Dataset entries:
[Start of section]

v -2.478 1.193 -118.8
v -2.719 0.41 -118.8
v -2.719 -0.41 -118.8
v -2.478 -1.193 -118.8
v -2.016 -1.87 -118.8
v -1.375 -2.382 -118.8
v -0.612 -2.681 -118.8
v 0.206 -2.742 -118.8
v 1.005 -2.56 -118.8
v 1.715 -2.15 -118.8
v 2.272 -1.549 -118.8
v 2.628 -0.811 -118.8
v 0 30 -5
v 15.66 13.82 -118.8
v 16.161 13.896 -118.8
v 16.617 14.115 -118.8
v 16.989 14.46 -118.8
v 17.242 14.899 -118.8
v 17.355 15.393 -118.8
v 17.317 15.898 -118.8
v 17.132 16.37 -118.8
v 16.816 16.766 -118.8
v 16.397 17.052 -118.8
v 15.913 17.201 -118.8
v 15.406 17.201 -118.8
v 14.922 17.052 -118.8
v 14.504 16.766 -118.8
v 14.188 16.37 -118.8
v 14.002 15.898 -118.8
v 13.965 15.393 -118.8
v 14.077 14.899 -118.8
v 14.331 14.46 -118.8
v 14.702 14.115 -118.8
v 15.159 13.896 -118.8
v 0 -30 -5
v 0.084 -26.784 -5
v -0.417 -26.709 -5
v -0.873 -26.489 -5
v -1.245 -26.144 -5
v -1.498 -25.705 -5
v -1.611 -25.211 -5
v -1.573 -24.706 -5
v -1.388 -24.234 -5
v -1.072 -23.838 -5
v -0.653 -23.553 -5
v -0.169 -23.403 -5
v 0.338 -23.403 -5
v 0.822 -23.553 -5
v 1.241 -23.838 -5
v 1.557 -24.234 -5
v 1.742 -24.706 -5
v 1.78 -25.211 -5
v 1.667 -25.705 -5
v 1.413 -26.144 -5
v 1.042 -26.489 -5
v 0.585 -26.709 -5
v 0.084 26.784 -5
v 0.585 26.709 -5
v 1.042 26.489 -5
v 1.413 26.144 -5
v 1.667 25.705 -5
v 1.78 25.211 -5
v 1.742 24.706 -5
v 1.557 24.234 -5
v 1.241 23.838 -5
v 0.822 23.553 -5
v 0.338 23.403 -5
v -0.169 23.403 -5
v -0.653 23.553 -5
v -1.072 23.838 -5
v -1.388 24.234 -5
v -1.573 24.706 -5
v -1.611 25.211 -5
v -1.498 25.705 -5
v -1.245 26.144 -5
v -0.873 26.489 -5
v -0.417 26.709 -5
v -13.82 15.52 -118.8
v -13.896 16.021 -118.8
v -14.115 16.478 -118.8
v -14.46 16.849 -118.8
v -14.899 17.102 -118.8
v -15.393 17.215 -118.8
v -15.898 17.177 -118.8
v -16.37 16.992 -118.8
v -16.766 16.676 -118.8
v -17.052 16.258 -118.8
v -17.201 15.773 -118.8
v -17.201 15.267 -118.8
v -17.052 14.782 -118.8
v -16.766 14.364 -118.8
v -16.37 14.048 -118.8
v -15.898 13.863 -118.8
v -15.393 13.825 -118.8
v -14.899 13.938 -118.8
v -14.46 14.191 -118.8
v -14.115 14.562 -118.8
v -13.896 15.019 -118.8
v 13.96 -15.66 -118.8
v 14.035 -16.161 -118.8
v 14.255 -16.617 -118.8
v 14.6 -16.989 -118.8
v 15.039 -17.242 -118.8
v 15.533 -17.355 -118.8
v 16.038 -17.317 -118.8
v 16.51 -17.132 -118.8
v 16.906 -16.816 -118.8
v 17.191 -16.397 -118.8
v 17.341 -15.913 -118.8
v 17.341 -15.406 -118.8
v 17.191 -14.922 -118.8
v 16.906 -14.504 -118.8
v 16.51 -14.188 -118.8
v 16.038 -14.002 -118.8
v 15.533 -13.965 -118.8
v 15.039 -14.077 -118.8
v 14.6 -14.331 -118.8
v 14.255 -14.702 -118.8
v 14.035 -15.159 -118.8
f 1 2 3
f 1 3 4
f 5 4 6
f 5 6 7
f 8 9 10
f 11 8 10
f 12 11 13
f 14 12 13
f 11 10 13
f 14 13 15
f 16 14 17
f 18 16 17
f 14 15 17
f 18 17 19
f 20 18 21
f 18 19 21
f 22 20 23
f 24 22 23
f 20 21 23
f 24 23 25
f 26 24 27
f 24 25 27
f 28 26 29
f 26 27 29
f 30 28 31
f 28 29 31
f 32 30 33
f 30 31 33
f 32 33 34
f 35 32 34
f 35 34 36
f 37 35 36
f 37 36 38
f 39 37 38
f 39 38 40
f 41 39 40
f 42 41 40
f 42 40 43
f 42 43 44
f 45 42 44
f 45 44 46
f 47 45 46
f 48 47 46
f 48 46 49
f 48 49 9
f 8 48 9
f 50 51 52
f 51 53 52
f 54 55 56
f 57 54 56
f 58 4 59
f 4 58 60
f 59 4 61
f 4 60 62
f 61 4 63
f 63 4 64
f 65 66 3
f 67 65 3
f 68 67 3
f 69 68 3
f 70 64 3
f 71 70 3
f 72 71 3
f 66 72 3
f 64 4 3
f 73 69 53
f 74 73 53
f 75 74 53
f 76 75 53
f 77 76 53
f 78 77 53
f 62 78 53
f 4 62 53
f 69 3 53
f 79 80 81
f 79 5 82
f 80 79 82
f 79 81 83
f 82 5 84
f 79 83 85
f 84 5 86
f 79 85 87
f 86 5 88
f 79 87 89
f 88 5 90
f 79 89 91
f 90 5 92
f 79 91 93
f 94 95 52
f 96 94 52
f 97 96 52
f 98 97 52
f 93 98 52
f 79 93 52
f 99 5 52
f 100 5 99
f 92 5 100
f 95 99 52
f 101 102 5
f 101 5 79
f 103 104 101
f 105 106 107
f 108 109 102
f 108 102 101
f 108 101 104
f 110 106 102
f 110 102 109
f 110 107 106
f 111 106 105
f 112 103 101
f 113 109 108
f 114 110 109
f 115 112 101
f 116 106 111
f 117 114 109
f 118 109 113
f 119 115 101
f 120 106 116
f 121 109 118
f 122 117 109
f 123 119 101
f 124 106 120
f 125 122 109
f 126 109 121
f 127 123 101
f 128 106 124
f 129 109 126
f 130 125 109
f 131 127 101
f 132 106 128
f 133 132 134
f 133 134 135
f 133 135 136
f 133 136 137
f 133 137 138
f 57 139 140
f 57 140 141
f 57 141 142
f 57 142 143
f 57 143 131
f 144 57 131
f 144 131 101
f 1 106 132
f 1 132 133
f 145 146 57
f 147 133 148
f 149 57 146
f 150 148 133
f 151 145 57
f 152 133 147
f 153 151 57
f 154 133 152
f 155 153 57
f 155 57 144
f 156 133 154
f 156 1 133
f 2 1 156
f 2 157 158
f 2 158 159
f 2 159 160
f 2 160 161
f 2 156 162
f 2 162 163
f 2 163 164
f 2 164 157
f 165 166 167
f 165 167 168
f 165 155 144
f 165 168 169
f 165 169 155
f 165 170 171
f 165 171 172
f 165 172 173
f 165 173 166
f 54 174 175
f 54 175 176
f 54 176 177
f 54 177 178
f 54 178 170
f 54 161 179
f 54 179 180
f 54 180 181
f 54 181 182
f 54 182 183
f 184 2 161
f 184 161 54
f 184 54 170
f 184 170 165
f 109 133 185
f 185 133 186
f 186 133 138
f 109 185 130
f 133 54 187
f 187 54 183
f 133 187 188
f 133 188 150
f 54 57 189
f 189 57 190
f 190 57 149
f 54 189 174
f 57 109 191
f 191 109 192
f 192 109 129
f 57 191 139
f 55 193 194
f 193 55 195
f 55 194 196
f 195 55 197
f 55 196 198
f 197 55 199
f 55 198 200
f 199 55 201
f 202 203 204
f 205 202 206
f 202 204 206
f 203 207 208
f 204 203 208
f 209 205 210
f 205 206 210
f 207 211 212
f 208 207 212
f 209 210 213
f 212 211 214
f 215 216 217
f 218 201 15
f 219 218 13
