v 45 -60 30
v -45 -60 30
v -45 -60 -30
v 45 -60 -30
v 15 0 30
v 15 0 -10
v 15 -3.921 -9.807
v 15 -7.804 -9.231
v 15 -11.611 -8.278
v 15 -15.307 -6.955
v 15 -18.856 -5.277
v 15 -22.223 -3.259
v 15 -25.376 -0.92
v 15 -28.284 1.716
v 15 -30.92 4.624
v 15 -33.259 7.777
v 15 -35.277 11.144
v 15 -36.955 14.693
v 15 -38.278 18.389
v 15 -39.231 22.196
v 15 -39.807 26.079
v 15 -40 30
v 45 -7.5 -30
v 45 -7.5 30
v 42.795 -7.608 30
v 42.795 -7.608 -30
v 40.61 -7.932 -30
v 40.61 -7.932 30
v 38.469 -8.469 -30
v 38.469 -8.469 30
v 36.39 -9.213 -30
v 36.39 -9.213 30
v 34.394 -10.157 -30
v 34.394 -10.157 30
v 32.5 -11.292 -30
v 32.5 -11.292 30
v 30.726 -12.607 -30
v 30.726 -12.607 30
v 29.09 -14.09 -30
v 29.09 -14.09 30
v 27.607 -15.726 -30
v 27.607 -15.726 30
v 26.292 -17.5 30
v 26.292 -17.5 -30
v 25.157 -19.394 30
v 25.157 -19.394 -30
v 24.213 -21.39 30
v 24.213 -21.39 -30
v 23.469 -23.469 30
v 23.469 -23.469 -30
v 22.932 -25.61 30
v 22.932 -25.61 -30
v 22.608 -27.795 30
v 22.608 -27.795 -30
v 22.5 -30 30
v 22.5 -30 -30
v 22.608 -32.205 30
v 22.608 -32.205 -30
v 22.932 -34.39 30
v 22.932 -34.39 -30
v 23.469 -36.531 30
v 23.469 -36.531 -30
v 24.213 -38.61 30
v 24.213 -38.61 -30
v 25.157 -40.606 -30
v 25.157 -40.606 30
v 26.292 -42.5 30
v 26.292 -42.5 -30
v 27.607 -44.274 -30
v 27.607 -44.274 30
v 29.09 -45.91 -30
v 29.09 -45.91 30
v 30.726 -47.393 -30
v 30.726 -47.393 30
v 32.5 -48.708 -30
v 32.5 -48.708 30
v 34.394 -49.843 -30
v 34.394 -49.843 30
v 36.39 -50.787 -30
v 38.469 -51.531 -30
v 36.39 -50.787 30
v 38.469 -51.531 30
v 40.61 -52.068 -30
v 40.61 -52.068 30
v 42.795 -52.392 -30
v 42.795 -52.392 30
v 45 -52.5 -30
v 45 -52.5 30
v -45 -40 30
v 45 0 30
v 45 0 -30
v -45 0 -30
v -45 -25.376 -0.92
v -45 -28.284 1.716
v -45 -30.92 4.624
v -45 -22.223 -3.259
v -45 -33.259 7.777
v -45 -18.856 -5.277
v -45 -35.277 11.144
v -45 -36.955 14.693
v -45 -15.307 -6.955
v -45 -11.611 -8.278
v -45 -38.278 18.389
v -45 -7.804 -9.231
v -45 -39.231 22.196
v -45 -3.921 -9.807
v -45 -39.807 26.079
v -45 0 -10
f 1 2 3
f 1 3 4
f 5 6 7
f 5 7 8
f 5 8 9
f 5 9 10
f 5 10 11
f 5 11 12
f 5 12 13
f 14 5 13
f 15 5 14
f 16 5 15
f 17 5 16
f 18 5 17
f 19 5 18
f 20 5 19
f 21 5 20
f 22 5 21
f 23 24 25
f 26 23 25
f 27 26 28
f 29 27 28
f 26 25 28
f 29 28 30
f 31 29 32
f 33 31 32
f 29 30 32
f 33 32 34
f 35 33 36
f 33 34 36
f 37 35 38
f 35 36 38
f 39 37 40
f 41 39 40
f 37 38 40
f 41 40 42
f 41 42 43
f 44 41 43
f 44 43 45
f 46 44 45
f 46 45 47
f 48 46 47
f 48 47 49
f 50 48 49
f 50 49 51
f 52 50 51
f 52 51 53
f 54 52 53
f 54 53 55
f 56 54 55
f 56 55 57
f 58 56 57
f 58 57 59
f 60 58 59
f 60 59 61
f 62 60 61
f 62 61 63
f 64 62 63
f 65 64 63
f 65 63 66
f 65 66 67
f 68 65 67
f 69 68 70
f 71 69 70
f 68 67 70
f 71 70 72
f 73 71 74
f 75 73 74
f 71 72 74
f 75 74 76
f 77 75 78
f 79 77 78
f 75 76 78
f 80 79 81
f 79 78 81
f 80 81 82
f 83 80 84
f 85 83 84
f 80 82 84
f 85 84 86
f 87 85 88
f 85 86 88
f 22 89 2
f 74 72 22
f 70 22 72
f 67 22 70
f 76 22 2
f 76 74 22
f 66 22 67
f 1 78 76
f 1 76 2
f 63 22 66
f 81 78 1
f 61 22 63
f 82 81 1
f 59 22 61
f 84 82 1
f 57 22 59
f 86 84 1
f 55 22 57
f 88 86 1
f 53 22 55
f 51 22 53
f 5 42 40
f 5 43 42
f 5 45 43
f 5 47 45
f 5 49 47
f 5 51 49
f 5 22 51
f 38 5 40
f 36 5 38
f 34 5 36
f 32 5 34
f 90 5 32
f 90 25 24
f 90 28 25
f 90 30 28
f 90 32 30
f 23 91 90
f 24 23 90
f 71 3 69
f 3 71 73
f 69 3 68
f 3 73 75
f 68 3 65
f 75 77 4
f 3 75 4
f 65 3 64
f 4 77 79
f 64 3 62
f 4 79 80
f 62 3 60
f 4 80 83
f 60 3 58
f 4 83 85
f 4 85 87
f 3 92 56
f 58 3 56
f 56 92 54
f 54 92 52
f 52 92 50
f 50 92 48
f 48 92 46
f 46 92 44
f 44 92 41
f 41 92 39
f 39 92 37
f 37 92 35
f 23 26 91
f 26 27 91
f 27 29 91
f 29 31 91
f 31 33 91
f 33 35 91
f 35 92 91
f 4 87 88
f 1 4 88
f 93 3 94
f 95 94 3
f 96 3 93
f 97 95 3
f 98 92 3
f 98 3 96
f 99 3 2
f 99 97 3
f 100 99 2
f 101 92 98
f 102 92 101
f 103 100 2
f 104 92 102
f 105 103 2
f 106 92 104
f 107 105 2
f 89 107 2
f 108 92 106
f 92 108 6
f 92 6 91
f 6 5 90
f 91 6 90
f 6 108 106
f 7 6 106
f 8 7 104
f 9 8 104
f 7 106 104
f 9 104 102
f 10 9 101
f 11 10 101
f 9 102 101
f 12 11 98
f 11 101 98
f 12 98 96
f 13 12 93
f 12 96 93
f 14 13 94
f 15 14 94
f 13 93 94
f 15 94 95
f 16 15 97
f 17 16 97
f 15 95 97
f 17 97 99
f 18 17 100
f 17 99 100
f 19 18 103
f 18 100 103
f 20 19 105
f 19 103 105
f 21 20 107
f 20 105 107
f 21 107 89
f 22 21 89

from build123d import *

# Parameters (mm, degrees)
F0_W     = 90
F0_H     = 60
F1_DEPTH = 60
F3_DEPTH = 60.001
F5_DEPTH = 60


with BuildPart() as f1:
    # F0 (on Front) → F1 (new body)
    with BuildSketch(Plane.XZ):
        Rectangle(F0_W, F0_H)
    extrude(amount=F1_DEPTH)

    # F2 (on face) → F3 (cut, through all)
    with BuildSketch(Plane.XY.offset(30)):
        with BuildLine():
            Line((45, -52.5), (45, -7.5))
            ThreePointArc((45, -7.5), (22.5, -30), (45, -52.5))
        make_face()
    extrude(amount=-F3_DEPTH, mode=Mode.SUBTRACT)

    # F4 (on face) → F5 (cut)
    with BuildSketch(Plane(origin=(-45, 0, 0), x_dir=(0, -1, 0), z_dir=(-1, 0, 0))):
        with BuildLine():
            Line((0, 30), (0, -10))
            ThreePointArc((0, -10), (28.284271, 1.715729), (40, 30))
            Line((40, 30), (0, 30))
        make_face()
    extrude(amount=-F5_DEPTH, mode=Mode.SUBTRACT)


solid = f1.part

[End of section]

**Assigned task**. Each line from the one with "f 19 103 105" through the end of the entries above must be set down exactly, both end lines included, and no other line may appear.

**The answer**.
f 19 103 105
f 21 20 107
f 20 105 107
f 21 107 89
f 22 21 89

from build123d import *

# Parameters (mm, degrees)
F0_W     = 90
F0_H     = 60
F1_DEPTH = 60
F3_DEPTH = 60.001
F5_DEPTH = 60


with BuildPart() as f1:
    # F0 (on Front) → F1 (new body)
    with BuildSketch(Plane.XZ):
        Rectangle(F0_W, F0_H)
    extrude(amount=F1_DEPTH)

    # F2 (on face) → F3 (cut, through all)
    with BuildSketch(Plane.XY.offset(30)):
        with BuildLine():
            Line((45, -52.5), (45, -7.5))
            ThreePointArc((45, -7.5), (22.5, -30), (45, -52.5))
        make_face()
    extrude(amount=-F3_DEPTH, mode=Mode.SUBTRACT)

    # F4 (on face) → F5 (cut)
    with BuildSketch(Plane(origin=(-45, 0, 0), x_dir=(0, -1, 0), z_dir=(-1, 0, 0))):
        with BuildLine():
            Line((0, 30), (0, -10))
            ThreePointArc((0, -10), (28.284271, 1.715729), (40, 30))
            Line((40, 30), (0, 30))
        make_face()
    extrude(amount=-F5_DEPTH, mode=Mode.SUBTRACT)


solid = f1.part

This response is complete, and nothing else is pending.